For the listing below, return the line containing "with BuildPart() as", the line containing "The same part", and all lines in between, exactly as written and nothing else.
○ ○ ○
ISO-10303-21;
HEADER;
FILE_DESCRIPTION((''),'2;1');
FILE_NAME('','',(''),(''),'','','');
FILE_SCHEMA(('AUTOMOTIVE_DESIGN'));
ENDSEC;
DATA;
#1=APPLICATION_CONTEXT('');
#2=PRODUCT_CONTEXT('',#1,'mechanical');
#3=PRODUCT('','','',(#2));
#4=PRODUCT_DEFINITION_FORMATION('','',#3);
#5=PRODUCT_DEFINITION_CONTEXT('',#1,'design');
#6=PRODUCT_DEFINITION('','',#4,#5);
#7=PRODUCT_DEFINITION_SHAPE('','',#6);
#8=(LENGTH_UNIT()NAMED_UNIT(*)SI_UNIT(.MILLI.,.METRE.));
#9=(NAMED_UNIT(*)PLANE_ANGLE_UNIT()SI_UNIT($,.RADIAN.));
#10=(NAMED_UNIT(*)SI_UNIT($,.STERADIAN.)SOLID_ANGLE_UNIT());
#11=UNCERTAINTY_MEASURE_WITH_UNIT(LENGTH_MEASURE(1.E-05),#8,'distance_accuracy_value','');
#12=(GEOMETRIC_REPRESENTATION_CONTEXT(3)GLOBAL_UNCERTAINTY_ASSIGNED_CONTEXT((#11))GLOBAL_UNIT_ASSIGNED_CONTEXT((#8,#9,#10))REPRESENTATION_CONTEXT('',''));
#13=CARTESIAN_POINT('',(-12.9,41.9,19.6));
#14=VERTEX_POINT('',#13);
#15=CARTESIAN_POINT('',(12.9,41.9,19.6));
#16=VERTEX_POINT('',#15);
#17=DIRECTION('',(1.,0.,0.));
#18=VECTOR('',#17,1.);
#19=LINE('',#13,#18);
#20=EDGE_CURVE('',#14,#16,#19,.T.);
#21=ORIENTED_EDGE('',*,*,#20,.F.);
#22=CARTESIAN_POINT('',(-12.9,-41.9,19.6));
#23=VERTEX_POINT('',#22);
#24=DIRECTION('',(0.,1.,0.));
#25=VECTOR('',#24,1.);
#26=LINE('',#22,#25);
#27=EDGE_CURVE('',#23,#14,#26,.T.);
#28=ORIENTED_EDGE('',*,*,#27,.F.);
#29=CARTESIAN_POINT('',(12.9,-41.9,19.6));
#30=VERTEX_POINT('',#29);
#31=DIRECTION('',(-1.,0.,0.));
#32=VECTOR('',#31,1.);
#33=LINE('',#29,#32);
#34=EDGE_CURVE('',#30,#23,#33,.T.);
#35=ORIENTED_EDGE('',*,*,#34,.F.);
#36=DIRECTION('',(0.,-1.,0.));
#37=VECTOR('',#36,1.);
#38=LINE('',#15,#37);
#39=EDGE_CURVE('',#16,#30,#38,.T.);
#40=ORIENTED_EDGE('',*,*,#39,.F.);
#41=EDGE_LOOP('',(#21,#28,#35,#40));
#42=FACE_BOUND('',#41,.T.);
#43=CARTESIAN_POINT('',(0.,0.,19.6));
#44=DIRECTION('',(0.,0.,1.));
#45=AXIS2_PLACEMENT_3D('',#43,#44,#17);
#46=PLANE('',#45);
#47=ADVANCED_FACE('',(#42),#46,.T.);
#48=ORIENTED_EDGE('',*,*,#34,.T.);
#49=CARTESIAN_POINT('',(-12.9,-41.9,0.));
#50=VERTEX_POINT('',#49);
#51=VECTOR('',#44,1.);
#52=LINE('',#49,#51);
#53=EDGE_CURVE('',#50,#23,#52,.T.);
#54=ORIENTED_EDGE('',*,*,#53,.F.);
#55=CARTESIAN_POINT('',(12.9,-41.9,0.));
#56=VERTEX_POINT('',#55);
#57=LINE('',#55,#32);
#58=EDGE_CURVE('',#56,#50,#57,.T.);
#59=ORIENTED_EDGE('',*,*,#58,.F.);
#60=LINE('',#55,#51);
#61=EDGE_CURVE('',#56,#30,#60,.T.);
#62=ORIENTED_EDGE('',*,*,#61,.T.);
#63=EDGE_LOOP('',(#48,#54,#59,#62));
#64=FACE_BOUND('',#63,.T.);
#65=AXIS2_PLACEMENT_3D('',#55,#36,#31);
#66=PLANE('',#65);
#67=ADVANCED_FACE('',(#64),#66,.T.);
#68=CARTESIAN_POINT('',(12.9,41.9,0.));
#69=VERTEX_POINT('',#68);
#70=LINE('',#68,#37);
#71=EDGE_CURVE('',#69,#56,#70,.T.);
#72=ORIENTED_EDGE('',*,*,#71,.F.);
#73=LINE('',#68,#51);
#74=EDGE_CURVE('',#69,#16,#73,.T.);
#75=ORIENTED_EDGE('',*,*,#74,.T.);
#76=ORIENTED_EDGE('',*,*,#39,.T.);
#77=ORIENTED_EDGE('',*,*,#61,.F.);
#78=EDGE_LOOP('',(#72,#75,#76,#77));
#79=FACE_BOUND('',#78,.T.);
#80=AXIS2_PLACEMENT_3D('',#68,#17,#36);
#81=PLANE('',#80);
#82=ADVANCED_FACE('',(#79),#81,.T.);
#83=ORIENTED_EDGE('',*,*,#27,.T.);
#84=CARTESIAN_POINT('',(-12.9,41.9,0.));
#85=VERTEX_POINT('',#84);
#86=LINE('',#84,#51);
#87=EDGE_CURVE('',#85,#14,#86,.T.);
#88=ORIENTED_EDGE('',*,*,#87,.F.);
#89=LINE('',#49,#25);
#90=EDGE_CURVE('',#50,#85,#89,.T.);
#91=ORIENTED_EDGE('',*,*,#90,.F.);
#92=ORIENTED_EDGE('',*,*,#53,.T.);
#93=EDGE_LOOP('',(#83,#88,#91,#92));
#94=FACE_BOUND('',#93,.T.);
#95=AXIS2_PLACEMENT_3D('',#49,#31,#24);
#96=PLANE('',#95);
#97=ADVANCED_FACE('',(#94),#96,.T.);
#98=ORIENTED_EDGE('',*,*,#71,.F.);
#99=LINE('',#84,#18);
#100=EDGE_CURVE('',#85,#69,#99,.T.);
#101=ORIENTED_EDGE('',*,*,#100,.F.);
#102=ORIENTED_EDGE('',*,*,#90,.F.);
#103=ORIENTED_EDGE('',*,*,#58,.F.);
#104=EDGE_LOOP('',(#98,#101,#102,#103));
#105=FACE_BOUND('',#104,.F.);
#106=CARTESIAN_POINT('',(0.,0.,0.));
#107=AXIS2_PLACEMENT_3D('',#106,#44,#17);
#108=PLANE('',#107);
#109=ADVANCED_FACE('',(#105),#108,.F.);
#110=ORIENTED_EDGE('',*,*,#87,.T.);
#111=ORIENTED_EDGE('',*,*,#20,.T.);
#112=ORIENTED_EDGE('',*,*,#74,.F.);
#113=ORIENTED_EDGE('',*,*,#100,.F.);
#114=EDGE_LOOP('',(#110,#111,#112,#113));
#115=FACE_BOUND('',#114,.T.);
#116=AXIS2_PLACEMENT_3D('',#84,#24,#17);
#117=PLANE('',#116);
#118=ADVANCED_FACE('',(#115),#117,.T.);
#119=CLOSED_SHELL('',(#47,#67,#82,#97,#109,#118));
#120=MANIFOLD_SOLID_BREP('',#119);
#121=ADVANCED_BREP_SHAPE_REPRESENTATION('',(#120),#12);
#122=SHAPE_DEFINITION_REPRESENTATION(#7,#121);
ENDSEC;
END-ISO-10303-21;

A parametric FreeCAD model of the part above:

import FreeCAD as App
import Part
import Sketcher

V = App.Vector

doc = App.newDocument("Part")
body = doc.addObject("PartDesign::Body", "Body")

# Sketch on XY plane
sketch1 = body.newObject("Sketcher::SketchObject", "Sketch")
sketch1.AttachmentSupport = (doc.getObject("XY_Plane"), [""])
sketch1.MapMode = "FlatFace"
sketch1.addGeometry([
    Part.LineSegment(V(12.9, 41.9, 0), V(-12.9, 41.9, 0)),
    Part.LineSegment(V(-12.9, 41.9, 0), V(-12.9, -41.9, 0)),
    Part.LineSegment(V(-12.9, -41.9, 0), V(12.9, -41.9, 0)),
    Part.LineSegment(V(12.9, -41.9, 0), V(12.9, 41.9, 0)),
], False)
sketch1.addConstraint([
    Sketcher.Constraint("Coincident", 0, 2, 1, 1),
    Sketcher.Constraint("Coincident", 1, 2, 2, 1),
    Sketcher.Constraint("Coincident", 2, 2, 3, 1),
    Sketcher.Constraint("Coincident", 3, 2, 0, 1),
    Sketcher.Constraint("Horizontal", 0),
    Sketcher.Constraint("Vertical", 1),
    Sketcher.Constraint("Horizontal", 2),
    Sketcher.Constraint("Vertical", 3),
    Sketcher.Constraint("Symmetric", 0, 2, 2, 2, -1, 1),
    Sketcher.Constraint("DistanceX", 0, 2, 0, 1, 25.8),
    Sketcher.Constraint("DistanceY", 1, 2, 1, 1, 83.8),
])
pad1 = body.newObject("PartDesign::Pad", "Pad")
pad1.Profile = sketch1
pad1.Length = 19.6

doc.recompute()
○ ○ ○
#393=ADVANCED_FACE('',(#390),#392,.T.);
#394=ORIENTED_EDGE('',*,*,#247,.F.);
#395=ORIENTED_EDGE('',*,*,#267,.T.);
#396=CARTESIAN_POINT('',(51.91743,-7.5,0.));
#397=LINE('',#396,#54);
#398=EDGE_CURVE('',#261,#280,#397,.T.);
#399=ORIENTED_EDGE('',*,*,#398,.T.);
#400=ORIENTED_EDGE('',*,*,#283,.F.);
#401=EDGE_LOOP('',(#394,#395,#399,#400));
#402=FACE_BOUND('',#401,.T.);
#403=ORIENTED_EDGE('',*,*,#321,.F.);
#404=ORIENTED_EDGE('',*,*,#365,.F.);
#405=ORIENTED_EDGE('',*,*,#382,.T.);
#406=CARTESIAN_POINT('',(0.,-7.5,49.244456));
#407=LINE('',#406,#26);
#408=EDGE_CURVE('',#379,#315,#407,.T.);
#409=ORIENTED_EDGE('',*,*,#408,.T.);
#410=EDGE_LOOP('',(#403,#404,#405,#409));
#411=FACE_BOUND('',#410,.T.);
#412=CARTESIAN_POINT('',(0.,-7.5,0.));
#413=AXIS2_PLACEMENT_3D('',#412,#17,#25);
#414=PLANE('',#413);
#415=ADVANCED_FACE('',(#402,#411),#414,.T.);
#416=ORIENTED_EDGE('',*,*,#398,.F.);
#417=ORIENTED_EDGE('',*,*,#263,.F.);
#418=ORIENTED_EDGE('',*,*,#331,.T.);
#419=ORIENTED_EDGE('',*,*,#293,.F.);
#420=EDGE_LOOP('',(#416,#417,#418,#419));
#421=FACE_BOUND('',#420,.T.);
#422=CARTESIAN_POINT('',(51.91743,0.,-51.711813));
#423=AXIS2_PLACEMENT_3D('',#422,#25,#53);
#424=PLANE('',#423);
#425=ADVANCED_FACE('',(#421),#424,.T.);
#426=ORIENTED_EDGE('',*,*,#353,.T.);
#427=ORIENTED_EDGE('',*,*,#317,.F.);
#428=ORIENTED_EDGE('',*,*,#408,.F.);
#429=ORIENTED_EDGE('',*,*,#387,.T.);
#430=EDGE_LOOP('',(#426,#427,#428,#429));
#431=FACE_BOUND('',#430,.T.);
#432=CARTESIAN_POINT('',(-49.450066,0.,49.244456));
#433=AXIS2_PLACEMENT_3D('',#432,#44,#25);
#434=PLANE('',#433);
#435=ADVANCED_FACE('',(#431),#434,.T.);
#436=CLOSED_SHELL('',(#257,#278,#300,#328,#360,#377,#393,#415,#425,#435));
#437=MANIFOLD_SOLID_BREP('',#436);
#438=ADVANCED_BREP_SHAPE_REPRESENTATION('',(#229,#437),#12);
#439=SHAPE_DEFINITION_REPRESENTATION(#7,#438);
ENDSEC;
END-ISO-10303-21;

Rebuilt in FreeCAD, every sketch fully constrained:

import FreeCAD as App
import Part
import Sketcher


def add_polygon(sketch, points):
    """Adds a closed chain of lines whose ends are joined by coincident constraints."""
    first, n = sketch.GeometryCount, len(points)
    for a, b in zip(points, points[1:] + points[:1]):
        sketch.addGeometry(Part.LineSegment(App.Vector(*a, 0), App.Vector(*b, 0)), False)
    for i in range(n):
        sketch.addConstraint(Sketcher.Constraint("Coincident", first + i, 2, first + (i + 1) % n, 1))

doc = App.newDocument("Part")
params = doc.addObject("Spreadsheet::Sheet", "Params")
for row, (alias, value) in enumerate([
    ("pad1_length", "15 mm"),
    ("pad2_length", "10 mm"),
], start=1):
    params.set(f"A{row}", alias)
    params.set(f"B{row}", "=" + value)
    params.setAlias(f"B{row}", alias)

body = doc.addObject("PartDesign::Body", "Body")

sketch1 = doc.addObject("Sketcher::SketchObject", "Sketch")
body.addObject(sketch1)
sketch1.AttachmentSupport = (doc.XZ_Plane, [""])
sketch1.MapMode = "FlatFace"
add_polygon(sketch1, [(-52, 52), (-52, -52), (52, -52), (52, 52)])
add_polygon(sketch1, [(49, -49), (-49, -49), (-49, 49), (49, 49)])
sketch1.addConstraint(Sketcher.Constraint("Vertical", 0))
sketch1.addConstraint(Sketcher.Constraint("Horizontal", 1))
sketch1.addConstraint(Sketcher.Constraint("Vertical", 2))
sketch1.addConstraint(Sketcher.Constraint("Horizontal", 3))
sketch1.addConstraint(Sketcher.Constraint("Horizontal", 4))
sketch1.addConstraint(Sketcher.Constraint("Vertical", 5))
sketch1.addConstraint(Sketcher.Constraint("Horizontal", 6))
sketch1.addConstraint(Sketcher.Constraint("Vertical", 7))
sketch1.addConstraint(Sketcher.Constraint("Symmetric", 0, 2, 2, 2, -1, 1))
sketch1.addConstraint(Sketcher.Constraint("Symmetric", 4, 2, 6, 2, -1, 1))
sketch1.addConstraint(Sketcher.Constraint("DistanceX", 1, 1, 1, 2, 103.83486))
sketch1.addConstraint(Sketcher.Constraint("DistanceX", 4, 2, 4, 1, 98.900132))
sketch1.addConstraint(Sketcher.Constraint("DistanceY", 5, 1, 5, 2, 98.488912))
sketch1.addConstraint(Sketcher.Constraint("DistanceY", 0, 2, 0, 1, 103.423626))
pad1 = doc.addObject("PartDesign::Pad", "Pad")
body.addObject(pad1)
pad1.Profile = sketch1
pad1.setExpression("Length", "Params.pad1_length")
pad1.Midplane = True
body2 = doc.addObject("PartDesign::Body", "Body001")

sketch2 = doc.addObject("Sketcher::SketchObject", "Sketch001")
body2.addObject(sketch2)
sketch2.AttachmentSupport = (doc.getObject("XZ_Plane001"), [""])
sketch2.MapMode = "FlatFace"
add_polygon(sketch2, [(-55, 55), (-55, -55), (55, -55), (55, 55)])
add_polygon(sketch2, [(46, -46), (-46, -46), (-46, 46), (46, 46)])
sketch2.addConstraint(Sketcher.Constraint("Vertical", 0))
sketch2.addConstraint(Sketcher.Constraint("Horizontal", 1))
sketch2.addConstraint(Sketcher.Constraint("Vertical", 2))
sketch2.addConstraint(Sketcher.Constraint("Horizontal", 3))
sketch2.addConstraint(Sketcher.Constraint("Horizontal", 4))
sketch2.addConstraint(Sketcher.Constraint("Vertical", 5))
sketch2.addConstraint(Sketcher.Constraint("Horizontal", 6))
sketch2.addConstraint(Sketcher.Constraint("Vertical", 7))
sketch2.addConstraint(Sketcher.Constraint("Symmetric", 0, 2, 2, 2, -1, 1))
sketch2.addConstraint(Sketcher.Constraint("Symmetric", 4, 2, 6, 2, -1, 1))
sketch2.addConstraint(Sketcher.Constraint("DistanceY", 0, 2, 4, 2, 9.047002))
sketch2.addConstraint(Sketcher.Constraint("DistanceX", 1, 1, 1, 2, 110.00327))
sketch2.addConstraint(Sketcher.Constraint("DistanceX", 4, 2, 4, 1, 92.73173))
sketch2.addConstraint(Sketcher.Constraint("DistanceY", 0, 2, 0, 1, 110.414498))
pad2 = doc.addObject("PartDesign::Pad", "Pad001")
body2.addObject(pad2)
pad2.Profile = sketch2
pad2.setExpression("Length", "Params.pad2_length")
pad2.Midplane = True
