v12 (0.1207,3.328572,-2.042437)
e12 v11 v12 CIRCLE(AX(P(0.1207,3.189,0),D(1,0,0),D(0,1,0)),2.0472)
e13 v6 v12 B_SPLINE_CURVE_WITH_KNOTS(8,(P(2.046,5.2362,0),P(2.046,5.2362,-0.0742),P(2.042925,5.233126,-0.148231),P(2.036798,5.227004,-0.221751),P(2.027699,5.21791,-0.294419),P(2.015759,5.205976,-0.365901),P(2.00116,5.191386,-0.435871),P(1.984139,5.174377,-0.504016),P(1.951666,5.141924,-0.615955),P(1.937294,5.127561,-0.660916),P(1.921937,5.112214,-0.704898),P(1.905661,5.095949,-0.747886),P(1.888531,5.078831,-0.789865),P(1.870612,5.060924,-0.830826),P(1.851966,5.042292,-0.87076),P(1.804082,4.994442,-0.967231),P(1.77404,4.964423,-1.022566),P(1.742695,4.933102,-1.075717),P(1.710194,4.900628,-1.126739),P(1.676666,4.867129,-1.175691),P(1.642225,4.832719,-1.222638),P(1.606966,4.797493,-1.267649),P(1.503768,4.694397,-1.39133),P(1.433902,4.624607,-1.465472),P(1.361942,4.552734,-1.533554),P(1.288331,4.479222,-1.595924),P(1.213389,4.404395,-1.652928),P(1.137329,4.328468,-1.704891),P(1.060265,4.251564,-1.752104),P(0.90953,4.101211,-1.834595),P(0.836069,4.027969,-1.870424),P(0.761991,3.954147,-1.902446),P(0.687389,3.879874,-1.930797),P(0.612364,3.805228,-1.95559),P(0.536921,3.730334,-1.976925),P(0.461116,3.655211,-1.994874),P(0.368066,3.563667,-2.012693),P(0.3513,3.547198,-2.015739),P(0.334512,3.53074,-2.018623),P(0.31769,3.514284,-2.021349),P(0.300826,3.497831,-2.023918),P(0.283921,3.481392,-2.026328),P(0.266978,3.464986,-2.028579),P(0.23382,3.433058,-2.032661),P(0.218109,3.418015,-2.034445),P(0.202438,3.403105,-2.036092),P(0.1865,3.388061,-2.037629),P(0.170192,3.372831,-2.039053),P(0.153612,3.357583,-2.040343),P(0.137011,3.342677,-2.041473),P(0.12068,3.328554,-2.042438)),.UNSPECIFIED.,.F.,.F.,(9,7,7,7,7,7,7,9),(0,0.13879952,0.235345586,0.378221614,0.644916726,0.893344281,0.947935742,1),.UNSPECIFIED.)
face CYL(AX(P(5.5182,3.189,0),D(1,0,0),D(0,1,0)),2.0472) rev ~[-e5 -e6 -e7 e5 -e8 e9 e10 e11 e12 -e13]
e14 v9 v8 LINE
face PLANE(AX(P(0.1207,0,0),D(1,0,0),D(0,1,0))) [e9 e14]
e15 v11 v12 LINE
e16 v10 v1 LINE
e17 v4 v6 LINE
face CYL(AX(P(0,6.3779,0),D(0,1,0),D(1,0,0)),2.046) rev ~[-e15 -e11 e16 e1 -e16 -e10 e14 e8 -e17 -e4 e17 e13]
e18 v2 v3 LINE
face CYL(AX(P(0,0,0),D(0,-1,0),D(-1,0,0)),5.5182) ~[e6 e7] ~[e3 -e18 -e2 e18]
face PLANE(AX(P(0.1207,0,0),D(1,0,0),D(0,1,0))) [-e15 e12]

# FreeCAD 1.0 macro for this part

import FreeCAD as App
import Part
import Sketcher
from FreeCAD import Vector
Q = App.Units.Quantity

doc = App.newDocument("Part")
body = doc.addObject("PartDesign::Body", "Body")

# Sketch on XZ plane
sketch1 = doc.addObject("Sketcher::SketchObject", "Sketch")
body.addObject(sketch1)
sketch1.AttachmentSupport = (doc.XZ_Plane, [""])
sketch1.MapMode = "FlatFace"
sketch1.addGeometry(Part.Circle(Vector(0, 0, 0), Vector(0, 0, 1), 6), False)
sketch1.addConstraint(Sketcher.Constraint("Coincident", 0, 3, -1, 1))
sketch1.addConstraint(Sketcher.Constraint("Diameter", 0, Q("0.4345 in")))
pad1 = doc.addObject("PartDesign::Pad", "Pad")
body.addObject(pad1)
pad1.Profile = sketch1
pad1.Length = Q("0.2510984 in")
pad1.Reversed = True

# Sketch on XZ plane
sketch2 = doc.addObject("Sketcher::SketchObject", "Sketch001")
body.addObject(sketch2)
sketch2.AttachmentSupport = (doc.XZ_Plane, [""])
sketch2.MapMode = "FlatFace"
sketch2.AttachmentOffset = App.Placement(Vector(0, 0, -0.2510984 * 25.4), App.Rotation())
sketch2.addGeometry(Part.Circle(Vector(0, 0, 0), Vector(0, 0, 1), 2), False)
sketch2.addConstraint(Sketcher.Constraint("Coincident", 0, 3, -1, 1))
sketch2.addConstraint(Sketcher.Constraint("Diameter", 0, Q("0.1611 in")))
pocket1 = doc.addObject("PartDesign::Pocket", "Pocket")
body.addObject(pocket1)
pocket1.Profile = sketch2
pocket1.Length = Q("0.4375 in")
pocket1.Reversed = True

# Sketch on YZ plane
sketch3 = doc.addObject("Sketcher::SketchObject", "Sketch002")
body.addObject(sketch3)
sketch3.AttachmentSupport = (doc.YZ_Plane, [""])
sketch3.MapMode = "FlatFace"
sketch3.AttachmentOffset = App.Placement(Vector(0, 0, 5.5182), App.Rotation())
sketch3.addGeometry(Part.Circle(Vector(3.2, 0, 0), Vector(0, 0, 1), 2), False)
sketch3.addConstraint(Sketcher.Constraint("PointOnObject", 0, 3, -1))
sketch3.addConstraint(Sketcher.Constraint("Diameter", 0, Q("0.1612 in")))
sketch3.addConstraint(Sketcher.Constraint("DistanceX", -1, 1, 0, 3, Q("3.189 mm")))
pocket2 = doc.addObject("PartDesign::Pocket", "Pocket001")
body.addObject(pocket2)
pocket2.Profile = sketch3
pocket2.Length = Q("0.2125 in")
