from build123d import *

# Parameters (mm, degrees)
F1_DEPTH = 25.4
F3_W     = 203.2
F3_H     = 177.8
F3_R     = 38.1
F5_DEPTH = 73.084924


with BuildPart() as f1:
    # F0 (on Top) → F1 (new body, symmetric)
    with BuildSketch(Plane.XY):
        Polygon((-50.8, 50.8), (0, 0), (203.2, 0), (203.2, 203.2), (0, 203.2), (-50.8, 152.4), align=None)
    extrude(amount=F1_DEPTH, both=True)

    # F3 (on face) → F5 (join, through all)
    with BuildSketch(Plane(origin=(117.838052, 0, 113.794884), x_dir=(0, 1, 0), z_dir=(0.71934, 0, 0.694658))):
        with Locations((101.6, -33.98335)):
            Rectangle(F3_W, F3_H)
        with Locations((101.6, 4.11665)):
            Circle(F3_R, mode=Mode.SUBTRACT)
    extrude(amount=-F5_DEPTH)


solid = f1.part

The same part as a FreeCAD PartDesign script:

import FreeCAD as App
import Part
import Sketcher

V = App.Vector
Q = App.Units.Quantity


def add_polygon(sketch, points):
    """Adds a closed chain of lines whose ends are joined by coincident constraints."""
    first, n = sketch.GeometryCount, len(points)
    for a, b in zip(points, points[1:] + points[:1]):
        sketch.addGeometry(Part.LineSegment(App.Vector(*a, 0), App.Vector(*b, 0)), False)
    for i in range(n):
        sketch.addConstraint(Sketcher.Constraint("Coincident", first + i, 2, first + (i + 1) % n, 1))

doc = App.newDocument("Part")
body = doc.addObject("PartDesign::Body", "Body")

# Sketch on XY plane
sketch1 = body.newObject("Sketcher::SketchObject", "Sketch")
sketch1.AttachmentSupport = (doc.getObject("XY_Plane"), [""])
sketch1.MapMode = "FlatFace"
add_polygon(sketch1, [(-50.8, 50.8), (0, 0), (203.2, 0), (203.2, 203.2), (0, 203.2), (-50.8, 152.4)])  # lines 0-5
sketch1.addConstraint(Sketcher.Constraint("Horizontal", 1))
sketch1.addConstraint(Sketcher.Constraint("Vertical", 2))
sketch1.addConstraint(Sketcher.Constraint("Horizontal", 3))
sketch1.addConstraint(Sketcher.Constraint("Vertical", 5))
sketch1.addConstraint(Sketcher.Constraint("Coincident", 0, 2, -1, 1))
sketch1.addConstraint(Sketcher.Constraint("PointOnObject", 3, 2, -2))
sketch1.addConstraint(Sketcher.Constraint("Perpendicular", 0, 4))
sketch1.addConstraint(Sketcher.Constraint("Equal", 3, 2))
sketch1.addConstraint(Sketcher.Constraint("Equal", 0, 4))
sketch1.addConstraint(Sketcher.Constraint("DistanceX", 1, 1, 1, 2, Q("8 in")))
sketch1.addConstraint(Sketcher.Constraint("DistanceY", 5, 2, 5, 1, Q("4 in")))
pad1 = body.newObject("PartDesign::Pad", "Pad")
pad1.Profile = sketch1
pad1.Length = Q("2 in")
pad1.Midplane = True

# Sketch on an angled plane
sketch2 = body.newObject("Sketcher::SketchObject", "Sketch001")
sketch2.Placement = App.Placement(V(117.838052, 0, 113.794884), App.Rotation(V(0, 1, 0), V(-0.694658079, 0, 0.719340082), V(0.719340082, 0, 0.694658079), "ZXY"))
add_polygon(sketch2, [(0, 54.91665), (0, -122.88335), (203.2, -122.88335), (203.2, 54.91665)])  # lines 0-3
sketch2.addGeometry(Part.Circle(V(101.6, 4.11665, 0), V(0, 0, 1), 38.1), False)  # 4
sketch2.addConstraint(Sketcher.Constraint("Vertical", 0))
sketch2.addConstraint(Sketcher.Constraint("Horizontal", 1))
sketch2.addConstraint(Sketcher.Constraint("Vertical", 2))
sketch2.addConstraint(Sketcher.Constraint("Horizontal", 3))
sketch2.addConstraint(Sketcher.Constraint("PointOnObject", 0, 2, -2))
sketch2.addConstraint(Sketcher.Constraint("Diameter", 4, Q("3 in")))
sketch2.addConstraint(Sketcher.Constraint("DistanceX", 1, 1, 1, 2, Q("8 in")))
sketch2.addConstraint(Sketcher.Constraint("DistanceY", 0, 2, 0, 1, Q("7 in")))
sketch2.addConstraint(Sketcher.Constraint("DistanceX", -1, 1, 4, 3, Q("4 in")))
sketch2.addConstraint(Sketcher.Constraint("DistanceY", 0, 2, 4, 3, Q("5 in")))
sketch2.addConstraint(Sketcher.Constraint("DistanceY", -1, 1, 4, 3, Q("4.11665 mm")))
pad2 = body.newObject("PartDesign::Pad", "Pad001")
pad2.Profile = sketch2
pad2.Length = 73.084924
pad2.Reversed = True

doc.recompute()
○ ○ ○
Your solution.
with BuildPart() as f1:
    # F0 (on Top) → F1 (new body, symmetric)
    with BuildSketch(Plane.XY):
        Polygon((-50.8, 50.8), (0, 0), (203.2, 0), (203.2, 203.2), (0, 203.2), (-50.8, 152.4), align=None)
    extrude(amount=F1_DEPTH, both=True)

    # F3 (on face) → F5 (join, through all)
    with BuildSketch(Plane(origin=(117.838052, 0, 113.794884), x_dir=(0, 1, 0), z_dir=(0.71934, 0, 0.694658))):
        with Locations((101.6, -33.98335)):
            Rectangle(F3_W, F3_H)
        with Locations((101.6, 4.11665)):
            Circle(F3_R, mode=Mode.SUBTRACT)
    extrude(amount=-F5_DEPTH)


solid = f1.part

The same part as a FreeCAD PartDesign script:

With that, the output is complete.